Tendo em conta o que se está a passar [a viralidade de frases sem contexto do filme divulgadas nas redes sociais], acredita que hoje em dia, num mundo cada vez mais polarizado e extremista, a comédia em cenários politizados é como um campo minado para ser trabalhado?
Sim, é verdadeiramente um campo minado, nisso tem razão. Tornou-se um trilho arriscado essa abordagem, plenamente criticado por tudo e por todos, incluindo os coletes amarelos. Mas tomei esses riscos com consideração e, pelo menos, consegui agradar aos profissionais de saúde com esta minha homenagem.

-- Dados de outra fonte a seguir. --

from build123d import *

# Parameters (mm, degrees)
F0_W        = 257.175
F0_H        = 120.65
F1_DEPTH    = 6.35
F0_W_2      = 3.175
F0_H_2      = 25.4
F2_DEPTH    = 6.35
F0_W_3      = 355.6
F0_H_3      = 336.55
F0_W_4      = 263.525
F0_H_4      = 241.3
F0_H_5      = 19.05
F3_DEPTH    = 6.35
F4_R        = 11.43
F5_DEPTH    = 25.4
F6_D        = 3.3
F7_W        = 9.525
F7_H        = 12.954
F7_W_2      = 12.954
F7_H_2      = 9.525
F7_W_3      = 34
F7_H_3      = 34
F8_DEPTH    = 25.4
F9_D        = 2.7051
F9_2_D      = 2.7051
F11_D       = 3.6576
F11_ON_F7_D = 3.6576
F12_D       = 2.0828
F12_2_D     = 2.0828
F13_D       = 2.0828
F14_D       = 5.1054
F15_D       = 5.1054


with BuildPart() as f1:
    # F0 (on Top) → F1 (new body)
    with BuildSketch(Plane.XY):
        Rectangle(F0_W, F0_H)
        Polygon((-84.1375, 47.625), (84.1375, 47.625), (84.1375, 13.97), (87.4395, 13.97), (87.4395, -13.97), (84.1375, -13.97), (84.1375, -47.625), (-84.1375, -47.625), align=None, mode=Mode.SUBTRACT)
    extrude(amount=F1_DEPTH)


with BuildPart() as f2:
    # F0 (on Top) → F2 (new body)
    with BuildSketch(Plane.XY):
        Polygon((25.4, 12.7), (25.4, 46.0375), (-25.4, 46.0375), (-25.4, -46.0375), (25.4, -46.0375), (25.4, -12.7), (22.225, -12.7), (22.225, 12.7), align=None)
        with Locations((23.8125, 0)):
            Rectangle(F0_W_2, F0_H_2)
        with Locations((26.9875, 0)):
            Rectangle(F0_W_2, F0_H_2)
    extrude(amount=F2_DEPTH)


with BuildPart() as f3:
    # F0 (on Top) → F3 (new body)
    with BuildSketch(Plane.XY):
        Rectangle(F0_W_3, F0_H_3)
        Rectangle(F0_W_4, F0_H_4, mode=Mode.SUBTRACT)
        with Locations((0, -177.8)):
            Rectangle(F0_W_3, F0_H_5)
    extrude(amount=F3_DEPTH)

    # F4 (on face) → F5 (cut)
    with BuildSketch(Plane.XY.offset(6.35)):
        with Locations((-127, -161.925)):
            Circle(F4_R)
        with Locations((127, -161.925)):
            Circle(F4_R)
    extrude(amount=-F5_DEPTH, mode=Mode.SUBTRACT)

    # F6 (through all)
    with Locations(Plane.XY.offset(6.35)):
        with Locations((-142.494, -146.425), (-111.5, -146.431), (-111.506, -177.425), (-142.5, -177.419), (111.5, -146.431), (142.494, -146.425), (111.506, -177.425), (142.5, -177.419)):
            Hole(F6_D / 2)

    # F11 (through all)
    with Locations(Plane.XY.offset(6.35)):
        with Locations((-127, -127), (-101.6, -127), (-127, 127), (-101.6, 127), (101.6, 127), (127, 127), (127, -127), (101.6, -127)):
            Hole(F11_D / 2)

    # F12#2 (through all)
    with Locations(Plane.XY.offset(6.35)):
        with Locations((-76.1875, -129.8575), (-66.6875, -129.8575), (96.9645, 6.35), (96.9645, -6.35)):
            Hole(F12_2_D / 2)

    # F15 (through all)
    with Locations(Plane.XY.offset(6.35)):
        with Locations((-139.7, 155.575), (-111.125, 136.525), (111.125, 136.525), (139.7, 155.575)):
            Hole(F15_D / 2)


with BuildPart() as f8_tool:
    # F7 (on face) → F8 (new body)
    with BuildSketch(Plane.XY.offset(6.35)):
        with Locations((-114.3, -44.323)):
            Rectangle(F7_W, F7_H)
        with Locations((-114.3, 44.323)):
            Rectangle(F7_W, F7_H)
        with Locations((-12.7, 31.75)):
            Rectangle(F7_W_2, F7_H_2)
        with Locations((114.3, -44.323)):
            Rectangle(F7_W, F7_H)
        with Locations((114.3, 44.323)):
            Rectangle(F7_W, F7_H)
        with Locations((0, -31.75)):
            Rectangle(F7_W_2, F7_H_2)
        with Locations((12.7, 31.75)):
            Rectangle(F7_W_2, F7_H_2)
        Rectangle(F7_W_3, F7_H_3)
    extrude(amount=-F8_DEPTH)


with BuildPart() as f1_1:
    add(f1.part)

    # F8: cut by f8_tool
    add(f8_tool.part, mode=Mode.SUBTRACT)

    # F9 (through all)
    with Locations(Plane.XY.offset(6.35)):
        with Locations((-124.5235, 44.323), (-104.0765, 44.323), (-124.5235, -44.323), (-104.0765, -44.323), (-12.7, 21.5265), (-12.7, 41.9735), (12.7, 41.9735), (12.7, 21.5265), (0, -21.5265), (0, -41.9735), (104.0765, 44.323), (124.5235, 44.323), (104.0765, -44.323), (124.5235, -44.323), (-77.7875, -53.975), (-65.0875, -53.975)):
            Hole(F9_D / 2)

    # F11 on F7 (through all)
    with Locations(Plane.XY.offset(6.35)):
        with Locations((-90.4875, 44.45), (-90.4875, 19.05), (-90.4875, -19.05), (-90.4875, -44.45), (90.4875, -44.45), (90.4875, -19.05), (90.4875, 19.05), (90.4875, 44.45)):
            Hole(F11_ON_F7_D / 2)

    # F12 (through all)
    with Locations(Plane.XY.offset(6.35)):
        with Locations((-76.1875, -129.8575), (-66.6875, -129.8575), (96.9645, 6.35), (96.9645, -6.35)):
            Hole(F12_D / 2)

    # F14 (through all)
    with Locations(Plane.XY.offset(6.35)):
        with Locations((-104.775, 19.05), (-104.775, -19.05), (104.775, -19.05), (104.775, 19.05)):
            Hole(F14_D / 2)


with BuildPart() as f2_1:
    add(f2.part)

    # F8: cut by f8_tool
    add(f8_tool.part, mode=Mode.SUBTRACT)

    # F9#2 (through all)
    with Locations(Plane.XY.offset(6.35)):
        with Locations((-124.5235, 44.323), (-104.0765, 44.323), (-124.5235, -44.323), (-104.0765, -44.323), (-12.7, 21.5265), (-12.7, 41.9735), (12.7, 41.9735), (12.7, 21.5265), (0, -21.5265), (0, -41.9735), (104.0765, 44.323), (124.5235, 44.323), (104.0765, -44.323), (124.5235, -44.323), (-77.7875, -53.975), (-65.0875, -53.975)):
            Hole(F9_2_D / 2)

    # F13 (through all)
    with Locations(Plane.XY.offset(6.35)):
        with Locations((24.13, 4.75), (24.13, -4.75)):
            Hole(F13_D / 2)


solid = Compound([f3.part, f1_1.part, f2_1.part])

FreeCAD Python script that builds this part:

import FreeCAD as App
import Part
import Sketcher
from FreeCAD import Vector
Q = App.Units.Quantity

doc = App.newDocument("Part")
body = doc.addObject("PartDesign::Body", "Body")

# Sketch on XY plane
sketch1 = doc.addObject("Sketcher::SketchObject", "Sketch")
body.addObject(sketch1)
sketch1.AttachmentSupport = (doc.XY_Plane, [""])
sketch1.MapMode = "FlatFace"
sketch1.addGeometry([
    Part.LineSegment(Vector(-128.6, 60.3, 0), Vector(-128.6, -60.3, 0)),  # 0
    Part.LineSegment(Vector(-128.6, -60.3, 0), Vector(128.6, -60.3, 0)),  # 1
    Part.LineSegment(Vector(128.6, -60.3, 0), Vector(128.6, 60.3, 0)),  # 2
    Part.LineSegment(Vector(128.6, 60.3, 0), Vector(-128.6, 60.3, 0)),  # 3
    Part.LineSegment(Vector(-84.1, -47.6, 0), Vector(-84.1, 47.6, 0)),  # 4
    Part.LineSegment(Vector(-84.1, 47.6, 0), Vector(84.1, 47.6, 0)),  # 5
    Part.LineSegment(Vector(84.1, 47.6, 0), Vector(84.1, 14, 0)),  # 6
    Part.LineSegment(Vector(84.1, 14, 0), Vector(87.4, 14, 0)),  # 7
    Part.LineSegment(Vector(87.4, 14, 0), Vector(87.4, -14, 0)),  # 8
    Part.LineSegment(Vector(87.4, -14, 0), Vector(84.1, -14, 0)),  # 9
    Part.LineSegment(Vector(84.1, -14, 0), Vector(84.1, -47.6, 0)),  # 10
    Part.LineSegment(Vector(84.1, -47.6, 0), Vector(-84.1, -47.6, 0)),  # 11
], False)
sketch1.addConstraint([
    Sketcher.Constraint("Coincident", 0, 2, 1, 1),
    Sketcher.Constraint("Coincident", 1, 2, 2, 1),
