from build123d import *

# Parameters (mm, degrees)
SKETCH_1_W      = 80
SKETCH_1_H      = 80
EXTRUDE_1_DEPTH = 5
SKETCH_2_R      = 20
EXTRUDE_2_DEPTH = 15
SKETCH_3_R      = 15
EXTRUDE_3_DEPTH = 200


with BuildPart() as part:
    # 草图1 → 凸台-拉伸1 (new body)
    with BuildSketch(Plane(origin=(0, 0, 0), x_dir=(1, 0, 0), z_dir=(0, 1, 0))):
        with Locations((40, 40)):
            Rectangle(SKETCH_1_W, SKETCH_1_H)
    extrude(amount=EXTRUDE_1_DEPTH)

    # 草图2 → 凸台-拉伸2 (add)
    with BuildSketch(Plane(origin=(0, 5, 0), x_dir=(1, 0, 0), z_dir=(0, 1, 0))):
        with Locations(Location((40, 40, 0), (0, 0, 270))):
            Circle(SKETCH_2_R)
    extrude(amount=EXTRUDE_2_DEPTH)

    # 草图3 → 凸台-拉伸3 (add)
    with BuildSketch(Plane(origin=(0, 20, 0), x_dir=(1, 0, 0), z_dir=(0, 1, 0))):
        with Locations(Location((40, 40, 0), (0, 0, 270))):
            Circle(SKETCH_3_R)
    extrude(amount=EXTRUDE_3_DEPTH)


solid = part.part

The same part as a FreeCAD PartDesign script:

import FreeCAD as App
import Part
import Sketcher
Q = App.Units.Quantity

doc = App.newDocument("Part")
body = doc.addObject("PartDesign::Body", "Body")

sketch1 = body.newObject("Sketcher::SketchObject", "Sketch")
sketch1.AttachmentSupport = (doc.getObject("XZ_Plane"), [""])
sketch1.MapMode = "FlatFace"
sketch1.addGeometry([
    Part.LineSegment(App.Vector(0, -80, 0), App.Vector(0, 0, 0)),
    Part.LineSegment(App.Vector(0, 0, 0), App.Vector(80, 0, 0)),
    Part.LineSegment(App.Vector(80, 0, 0), App.Vector(80, -80, 0)),
    Part.LineSegment(App.Vector(80, -80, 0), App.Vector(0, -80, 0)),
], False)
sketch1.addConstraint([
    Sketcher.Constraint("Coincident", 0, 2, 1, 1),
    Sketcher.Constraint("Coincident", 1, 2, 2, 1),
    Sketcher.Constraint("Coincident", 2, 2, 3, 1),
    Sketcher.Constraint("Coincident", 3, 2, 0, 1),
    Sketcher.Constraint("Vertical", 0),
    Sketcher.Constraint("Horizontal", 1),
    Sketcher.Constraint("Vertical", 2),
    Sketcher.Constraint("Horizontal", 3),
    Sketcher.Constraint("Coincident", 0, 2, -1, 1),
    Sketcher.Constraint("Equal", 3, 0),
    Sketcher.Constraint("DistanceX", 1, 1, 1, 2, Q("80 mm")),
])
pad1 = body.newObject("PartDesign::Pad", "Pad")
pad1.Profile = sketch1
pad1.Length = 5
pad1.Reversed = True

sketch2 = body.newObject("Sketcher::SketchObject", "Sketch001")
sketch2.AttachmentSupport = (doc.getObject("XZ_Plane"), [""])
sketch2.MapMode = "FlatFace"
sketch2.AttachmentOffset = App.Placement(App.Vector(0, 0, -5), App.Rotation())
sketch2.addGeometry(Part.Circle(App.Vector(40, -40, 0), App.Vector(0, 0, 1), 20), False)
sketch2.addConstraint([
    Sketcher.Constraint("Diameter", 0, Q("40 mm")),
    Sketcher.Constraint("DistanceX", -1, 1, 0, 3, Q("40 mm")),
    Sketcher.Constraint("DistanceY", 0, 3, -1, 1, Q("40 mm")),
])
pad2 = body.newObject("PartDesign::Pad", "Pad001")
pad2.Profile = sketch2
pad2.Length = 15
pad2.Reversed = True

sketch3 = body.newObject("Sketcher::SketchObject", "Sketch002")
sketch3.AttachmentSupport = (doc.getObject("XZ_Plane"), [""])
sketch3.MapMode = "FlatFace"
sketch3.AttachmentOffset = App.Placement(App.Vector(0, 0, -20), App.Rotation())
sketch3.addGeometry(Part.Circle(App.Vector(40, -40, 0), App.Vector(0, 0, 1), 15), False)
sketch3.addConstraint([
    Sketcher.Constraint("Diameter", 0, Q("30 mm")),
    Sketcher.Constraint("DistanceX", -1, 1, 0, 3, Q("40 mm")),
    Sketcher.Constraint("DistanceY", 0, 3, -1, 1, Q("40 mm")),
])
pad3 = body.newObject("PartDesign::Pad", "Pad002")
pad3.Profile = sketch3
pad3.Length = 200
pad3.Reversed = True

doc.recompute()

Por um lado, não há que ter medo, porque se receássemos as críticas não faríamos nada.
Em relação ao movimento dos "coletes amarelos", como é que os encara e de que forma os representou no filme?
Li todos os livros possíveis, encontrei-me com imensos "coletes amarelos" e até mesmo usei algumas das suas palavras no filme... obviamente com a respetiva e devida autorização. É um movimento estranho porque não existe um líder concreto e está constantemente a desenvolver-se, mas senti-me, contudo, sensibilizada com as suas vidas. França é um país com uma tradição revolucionária, temos a vontade de rebelar-nos contra o que consideramos injusto na sociedade. Infelizmente, ninguém quer ouvir os “coletes amarelos” e os que estão dispostos a isso são os movimentos de extrema-direita e isso é uma pena. Muitos, que estão atualmente “enfiados” nos escritórios, poderiam ter a decência de ouvir os que eles têm para dizer e defender.
Quanto aos profissionais de saúde, mais especificamente os enfermeiros, abordou-os com um distinto heroísmo em todo aquele caos.
Há dois heróis que considero neste filme: o da personagem do colete amarelo - o sacrifício – porque o seu “ganha-pão”, o seu corpo, é completamente danificado no final; e a a enfermeira Kim, que se assume como a última imagem de “La Fracture”. Nesse sentido, queria homenagear os profissionais de saúde, os seus sacrifícios e a tremenda força conseguida perante os escassos meios.
Foi por isso que escolheu uma não-atriz para o papel de Kim?
Não foi bem uma escolha, porque inicialmente pensava numa atriz para o papel de Kim. Só que, durante os dois dias de trabalho de campo no hospital, fiquei a conhecer Aïssatou Diallo Sagna e percebi quão a grande mais-valia ela seria para o enredo. Ela trouxe uma carga dramática necessária e, vendo hoje, é indispensável ao filme.